Kagome, none the worse for wear from her extra trip to the hospital, was now up and about for short periods. She had progressed to walking slowly around the grounds with Mama or Souta or sometimes Inuyasha at her side.

Today, Inuyasha looked restless. His impatient voice carried quite clearly across the littered gravel.

"I don't understand why I can't just take the Jewel back to the past and kill him then!"

Unrepentantly curious, Miroku drifted closer with his broom.

The conversation must have been going on for some time, because Kagome seemed to be losing her patience. "Because then he wouldn't have been here in the future! Don't you remember the time paradox I explained to you?"

"Keh," Inuyasha conceded. "Well, then what _can_ I do with the Jewel? After all we've gone through to get it, it's stupid to just let it sit there." Miroku wasn't sure that would be such a bad thing at all, but was nevertheless quite pleased that Inuyasha no longer seemed to be considering using the Jewel to become a full demon.

Kagome seemed to be having the same thought, because she smiled proudly at the half-demon. Then cast her eyes down shyly and said so quietly that Miroku had to strain to hear, "Inuyasha, do you ever think you could, you might become human and stay here with…us?"

Inuyasha flushed, looked away, stammered. "Well, I should get back to check on Kikyo…I shouldn't leave her all alone there with Naraku…"

Miroku braced himself for Kagome's inevitable outburst, but it never came. "I see," she said, looking thoughtfully at Inuyasha. Not angry. Not even resigned. Just calm, and …a little relieved?

And as Miroku stood with mouth open and broom stilled, Kagome firmed her jaw, straightened her shoulders, and looked directly up at Inuyasha. "OK, then. When you go back to Kikyo, take the Jewel with you. You have to promise me that as soon as you see her, you will tell her everything that happened in this time. Everything, including there not being any demons around, and Naraku staying in human form, and how we defeated him--_everything_. Then give her the Jewel and tell her that I trust her to make the right wish. _Promise me_."

"Kagome–" 

"Inuyasha. _Promise_."

"All right, all right. I promise."

"Good."

Miroku was so astonished that he had completely forgotten to pretend he wasn't listening. What was Kagome up to?
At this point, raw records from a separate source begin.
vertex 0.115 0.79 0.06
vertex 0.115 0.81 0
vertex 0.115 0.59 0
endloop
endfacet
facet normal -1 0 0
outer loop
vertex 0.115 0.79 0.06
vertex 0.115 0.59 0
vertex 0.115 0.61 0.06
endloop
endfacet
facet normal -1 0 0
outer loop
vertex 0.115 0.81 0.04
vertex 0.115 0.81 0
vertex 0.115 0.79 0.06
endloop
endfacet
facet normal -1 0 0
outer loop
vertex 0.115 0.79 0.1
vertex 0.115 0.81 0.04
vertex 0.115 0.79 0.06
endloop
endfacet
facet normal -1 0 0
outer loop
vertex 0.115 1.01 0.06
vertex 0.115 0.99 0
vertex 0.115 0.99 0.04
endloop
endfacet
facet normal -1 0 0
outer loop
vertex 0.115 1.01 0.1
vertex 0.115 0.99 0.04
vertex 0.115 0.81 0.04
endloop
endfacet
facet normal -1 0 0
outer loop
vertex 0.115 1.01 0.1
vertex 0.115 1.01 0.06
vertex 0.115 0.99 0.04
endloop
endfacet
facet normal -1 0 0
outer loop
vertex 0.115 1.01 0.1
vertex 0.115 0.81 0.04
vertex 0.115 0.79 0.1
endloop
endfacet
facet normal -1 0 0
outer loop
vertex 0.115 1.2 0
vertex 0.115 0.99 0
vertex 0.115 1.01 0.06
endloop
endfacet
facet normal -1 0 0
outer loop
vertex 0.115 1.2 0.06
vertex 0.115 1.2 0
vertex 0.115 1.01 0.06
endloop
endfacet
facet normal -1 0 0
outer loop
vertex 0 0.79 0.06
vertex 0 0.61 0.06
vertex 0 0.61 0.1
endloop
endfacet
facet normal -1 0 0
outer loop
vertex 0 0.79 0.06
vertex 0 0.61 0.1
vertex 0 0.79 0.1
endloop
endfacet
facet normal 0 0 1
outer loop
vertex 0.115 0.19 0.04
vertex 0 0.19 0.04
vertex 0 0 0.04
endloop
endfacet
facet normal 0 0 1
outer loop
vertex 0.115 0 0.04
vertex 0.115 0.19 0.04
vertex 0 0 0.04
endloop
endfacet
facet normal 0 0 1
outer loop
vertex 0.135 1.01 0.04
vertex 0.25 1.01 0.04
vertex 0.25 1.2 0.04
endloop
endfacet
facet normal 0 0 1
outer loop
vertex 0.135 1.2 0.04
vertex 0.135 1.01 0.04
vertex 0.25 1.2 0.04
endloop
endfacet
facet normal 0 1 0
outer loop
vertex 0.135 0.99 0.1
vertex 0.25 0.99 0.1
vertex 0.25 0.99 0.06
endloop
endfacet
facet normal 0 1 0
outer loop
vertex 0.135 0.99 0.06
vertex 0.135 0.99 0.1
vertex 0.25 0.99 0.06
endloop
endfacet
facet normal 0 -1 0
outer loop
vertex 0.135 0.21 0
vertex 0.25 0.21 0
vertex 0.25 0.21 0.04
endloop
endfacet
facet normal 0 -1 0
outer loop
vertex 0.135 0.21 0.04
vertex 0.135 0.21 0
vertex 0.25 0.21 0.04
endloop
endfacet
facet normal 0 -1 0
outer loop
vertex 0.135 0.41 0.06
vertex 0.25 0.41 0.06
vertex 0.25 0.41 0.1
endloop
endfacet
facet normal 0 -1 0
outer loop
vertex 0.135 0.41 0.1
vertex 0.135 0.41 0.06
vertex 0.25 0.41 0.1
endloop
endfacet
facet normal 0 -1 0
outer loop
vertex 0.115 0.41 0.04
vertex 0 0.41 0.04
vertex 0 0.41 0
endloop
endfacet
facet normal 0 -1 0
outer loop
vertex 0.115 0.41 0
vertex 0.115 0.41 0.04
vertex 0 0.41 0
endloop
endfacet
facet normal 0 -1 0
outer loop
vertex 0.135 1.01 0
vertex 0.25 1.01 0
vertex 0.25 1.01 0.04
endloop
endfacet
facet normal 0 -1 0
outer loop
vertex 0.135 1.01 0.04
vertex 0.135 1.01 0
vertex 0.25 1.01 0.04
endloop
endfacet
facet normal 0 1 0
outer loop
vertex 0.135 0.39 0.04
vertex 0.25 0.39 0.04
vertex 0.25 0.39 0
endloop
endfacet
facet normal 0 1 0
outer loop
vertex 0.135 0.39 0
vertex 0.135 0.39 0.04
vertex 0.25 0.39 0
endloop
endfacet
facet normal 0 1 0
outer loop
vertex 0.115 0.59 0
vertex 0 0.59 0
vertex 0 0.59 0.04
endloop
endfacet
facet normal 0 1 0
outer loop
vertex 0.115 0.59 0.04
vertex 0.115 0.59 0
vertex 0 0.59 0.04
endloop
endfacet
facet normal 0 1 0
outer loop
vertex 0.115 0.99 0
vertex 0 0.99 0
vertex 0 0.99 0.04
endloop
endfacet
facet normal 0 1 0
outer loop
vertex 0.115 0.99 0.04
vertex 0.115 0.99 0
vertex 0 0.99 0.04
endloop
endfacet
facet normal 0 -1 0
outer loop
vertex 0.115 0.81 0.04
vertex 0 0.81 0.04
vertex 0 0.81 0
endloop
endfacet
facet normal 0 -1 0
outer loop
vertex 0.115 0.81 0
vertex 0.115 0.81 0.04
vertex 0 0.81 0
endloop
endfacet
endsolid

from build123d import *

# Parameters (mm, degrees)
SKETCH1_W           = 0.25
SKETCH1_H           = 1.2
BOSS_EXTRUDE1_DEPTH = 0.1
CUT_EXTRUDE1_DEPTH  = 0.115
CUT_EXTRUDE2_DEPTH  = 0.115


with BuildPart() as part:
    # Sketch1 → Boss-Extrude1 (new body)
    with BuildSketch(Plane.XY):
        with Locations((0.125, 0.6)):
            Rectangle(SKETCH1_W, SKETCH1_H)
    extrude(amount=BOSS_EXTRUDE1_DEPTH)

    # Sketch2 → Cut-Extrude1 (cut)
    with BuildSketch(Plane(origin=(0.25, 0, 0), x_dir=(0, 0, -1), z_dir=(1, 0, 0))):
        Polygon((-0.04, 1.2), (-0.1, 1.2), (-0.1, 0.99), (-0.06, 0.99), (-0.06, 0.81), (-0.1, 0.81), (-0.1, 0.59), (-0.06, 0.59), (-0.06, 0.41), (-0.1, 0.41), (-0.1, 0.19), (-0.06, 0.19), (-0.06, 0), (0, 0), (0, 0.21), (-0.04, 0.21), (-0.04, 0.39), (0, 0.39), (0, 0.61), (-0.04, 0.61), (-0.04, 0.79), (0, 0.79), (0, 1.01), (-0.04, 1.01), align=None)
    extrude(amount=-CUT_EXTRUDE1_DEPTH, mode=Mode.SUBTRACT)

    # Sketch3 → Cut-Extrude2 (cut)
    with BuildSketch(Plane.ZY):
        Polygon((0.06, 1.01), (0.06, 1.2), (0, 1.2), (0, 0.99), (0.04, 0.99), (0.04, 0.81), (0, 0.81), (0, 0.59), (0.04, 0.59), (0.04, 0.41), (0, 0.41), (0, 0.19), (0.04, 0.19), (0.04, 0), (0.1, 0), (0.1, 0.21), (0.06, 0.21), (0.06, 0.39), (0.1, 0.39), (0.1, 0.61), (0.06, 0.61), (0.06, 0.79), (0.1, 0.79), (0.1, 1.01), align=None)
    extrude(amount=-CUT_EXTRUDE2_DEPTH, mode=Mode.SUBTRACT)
"At least stay for lunch," she was saying. "We'll make you some ramen, if you'd like."

And all through the rest of the morning and over steaming bowls of noodles at lunch, Miroku stared bemusedly at Kagome and Inuyasha. It _almost_ made sense if he assumed that Kagome was nobly giving up Inuyasha for both their sakes. But if that were the case, why was she so calm? It was extremely odd.

After lunch there was an uncomfortable moment, as everyone wondered what kind of good-byes were in order. Was Inuyasha planning to return? Seemingly in unison, the Higurashis decided to treat this as one of the half-demon's regular departures.
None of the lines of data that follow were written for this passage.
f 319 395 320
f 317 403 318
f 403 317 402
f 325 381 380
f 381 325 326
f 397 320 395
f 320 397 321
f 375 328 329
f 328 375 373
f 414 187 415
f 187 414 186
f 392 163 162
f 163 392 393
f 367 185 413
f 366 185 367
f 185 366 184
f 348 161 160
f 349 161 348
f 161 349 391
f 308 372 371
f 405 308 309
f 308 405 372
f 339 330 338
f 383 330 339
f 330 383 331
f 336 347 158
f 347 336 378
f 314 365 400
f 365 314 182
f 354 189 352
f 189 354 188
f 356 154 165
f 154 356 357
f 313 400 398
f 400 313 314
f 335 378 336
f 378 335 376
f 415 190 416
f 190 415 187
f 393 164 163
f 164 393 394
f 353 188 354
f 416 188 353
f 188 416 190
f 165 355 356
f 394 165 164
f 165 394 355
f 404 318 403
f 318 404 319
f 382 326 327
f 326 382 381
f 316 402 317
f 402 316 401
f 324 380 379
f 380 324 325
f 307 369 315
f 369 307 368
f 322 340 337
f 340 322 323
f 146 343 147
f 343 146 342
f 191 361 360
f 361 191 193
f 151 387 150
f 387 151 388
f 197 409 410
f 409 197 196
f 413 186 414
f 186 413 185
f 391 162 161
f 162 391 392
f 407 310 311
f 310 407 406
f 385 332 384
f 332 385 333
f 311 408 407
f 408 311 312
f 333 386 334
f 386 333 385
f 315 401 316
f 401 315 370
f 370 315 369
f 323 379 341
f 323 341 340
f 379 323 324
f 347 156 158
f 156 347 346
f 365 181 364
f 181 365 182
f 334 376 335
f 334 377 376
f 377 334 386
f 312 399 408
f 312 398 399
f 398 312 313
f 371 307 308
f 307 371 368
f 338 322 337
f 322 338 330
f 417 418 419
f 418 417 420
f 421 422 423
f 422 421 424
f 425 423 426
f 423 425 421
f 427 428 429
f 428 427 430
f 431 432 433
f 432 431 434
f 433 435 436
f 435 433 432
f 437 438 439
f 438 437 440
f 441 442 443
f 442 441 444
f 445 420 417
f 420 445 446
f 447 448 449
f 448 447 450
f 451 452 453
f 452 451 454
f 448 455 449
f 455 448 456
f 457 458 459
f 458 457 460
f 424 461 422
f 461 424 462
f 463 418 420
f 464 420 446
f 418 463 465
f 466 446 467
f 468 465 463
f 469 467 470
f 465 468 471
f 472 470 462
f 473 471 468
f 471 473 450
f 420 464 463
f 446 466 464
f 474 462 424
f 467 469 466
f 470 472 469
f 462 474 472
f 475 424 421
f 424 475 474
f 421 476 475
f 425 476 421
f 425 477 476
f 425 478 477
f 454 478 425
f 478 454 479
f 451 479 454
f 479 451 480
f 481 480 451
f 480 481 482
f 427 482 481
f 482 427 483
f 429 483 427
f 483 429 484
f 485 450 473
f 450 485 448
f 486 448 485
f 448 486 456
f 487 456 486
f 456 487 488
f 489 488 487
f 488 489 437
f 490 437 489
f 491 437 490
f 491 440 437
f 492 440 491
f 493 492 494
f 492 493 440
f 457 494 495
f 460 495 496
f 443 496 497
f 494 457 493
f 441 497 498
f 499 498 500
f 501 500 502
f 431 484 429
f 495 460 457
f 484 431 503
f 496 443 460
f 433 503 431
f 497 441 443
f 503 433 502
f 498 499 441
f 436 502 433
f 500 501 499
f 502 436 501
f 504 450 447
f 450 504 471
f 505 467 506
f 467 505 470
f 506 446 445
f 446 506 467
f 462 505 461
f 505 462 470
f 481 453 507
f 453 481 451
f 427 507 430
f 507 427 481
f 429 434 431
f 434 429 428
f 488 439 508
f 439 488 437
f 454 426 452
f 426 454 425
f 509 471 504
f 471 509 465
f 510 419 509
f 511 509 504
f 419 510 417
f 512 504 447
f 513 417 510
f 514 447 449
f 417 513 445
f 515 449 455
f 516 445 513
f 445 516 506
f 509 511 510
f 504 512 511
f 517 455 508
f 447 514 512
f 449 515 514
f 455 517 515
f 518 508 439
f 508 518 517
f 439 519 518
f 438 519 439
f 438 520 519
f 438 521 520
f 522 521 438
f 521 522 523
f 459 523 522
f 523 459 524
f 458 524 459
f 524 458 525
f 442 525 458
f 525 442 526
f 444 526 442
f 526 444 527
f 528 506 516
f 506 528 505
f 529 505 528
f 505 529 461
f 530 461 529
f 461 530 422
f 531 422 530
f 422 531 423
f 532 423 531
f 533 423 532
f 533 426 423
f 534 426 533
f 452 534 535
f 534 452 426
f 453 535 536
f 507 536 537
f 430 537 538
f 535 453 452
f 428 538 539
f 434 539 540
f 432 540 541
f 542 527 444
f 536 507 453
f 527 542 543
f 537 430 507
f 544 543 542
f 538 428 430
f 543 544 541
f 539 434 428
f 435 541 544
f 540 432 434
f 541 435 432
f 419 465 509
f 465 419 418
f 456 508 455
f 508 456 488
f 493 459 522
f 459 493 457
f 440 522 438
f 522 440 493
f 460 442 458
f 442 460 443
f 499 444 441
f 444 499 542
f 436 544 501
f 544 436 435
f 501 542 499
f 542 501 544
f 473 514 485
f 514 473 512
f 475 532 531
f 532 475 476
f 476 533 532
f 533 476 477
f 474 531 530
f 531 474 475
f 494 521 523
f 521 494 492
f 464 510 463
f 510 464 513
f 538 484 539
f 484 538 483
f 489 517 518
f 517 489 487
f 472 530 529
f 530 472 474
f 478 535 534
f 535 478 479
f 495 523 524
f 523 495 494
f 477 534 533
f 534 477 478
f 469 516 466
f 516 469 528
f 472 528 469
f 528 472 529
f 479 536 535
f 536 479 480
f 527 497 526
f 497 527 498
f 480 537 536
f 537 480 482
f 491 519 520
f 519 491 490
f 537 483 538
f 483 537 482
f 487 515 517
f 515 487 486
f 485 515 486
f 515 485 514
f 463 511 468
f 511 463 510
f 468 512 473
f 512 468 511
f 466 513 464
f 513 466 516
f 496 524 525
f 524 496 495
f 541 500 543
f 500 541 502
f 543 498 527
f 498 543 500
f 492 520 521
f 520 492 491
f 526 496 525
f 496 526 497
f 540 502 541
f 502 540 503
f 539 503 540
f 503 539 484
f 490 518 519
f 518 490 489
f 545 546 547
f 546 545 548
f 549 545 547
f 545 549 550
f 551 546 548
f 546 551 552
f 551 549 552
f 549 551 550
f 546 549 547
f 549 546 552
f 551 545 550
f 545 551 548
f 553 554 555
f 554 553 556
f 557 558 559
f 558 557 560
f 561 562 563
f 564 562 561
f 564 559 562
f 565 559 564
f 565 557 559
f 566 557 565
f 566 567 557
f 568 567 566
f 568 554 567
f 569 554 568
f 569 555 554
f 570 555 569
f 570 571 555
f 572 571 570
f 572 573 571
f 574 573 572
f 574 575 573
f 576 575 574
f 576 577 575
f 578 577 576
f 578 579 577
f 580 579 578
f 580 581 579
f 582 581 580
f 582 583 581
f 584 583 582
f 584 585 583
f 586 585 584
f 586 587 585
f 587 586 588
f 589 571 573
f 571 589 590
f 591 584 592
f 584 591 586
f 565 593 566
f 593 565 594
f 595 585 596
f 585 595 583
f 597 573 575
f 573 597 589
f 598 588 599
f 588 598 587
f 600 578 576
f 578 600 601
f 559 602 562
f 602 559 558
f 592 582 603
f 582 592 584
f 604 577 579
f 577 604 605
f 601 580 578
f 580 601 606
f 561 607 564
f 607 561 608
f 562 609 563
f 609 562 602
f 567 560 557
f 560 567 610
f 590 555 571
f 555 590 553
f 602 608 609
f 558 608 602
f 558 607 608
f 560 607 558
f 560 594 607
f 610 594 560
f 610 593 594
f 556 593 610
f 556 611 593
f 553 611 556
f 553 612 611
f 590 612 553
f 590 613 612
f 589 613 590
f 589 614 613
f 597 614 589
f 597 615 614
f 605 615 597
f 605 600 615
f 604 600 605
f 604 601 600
"See ya!" chirped Souta, running off with his Xbox.

"Safe trip, dear," smiled Mrs. Higurashi, patting him affectionately on the shoulder as she left to do the grocery shopping.

And Grandfather began, "Before you go, let me show you an ancient artifact I've just remembered…" At which point Miroku extracted Inuyasha with a smiling excuse and dragged him out into the yard.
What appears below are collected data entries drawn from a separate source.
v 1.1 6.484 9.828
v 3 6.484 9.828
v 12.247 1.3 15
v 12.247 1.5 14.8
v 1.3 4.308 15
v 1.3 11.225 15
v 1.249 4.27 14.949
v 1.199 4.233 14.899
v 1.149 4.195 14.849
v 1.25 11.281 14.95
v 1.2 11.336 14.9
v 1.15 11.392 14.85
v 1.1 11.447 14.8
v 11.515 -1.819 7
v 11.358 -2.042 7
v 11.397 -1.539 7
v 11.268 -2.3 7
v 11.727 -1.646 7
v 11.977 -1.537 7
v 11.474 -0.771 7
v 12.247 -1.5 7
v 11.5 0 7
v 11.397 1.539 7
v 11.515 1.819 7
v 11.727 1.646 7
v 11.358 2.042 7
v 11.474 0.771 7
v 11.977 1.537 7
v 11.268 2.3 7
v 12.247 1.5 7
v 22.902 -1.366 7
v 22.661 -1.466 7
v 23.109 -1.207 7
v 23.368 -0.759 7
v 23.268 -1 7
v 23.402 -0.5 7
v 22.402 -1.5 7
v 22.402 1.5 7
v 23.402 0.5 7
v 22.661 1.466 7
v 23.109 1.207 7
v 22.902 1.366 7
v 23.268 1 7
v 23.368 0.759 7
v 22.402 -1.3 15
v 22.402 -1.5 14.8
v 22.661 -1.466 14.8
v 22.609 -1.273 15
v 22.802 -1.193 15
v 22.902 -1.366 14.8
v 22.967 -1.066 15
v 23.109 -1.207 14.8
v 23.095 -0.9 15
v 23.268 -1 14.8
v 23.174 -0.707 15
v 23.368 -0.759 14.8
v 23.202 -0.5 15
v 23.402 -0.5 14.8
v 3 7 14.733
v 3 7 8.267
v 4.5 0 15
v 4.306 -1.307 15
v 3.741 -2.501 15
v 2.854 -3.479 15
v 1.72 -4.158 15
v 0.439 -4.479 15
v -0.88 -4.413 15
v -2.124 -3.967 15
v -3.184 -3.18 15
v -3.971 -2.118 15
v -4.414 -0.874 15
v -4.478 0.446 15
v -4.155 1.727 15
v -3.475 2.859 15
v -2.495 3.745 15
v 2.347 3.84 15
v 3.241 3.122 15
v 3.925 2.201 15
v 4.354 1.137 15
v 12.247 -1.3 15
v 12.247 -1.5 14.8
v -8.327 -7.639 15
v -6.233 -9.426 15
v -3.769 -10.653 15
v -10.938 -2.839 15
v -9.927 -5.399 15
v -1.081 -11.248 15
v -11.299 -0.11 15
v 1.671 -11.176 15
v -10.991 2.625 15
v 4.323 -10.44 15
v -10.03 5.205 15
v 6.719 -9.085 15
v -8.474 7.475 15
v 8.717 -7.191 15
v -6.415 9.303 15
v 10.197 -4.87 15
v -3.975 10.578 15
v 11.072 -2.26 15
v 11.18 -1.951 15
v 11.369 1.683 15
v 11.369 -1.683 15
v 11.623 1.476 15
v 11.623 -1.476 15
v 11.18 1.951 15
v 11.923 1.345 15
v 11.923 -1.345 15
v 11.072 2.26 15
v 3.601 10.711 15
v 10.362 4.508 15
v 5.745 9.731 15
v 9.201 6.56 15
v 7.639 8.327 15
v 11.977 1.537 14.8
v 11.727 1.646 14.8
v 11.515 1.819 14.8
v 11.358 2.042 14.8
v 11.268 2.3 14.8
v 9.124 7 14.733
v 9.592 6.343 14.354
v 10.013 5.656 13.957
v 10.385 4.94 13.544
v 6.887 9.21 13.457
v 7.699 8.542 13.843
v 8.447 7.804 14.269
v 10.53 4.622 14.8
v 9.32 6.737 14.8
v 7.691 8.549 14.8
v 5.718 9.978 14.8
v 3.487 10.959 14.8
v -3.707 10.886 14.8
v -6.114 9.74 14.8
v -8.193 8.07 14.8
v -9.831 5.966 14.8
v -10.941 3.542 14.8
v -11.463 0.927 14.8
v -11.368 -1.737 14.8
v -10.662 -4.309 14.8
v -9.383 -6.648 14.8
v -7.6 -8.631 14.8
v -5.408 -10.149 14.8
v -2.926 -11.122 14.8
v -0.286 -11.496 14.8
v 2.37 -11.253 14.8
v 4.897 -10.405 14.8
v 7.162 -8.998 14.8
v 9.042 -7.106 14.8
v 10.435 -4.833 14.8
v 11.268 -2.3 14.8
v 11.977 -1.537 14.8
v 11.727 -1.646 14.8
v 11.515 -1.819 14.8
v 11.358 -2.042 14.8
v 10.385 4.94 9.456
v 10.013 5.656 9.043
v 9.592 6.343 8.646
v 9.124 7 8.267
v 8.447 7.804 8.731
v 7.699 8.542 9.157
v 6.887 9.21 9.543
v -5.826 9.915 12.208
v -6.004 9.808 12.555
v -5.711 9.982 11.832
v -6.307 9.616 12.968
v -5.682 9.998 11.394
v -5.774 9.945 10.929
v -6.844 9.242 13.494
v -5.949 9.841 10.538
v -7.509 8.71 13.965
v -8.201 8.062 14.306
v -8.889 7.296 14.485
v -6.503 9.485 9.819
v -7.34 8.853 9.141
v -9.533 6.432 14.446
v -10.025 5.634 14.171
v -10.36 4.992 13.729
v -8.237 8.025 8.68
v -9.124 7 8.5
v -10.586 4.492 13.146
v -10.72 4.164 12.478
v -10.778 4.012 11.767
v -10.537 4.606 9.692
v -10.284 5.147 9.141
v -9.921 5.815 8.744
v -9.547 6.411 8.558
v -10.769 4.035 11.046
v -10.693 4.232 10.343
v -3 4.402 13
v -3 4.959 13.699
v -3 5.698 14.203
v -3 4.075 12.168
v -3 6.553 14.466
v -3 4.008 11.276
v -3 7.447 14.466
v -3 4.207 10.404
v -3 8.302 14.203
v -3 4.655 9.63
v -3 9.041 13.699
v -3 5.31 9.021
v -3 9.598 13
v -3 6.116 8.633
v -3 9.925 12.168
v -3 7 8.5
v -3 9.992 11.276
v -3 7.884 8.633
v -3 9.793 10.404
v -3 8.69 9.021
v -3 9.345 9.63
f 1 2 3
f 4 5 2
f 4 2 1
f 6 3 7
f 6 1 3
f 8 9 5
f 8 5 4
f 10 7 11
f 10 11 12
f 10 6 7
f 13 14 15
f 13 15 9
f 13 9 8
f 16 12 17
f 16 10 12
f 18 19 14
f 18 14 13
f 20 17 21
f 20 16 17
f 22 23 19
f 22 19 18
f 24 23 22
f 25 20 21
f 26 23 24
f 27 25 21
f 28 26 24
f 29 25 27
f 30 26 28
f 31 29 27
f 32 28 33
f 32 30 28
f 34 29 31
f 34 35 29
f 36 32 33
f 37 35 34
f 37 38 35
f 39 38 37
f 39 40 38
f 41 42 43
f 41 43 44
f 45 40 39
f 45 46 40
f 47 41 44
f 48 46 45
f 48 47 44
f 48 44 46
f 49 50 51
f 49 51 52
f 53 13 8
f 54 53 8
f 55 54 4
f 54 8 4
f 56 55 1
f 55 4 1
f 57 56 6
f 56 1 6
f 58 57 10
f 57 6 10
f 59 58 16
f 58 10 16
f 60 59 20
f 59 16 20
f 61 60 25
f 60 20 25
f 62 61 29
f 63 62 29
They walked towards the wellhouse in silence for a while, neither sure of what to say. Finally Miroku remembered, "Will you say good-bye to Mushin for me, please?"

"I will. Tough luck you have to stay here."

"Not at all. I am coming to like it. And I gather that this time is full of opportunity for a clever man."

"I don't know how you'll do it. I never could."

"I did say a _clever_ man, Inuyasha," he smiled.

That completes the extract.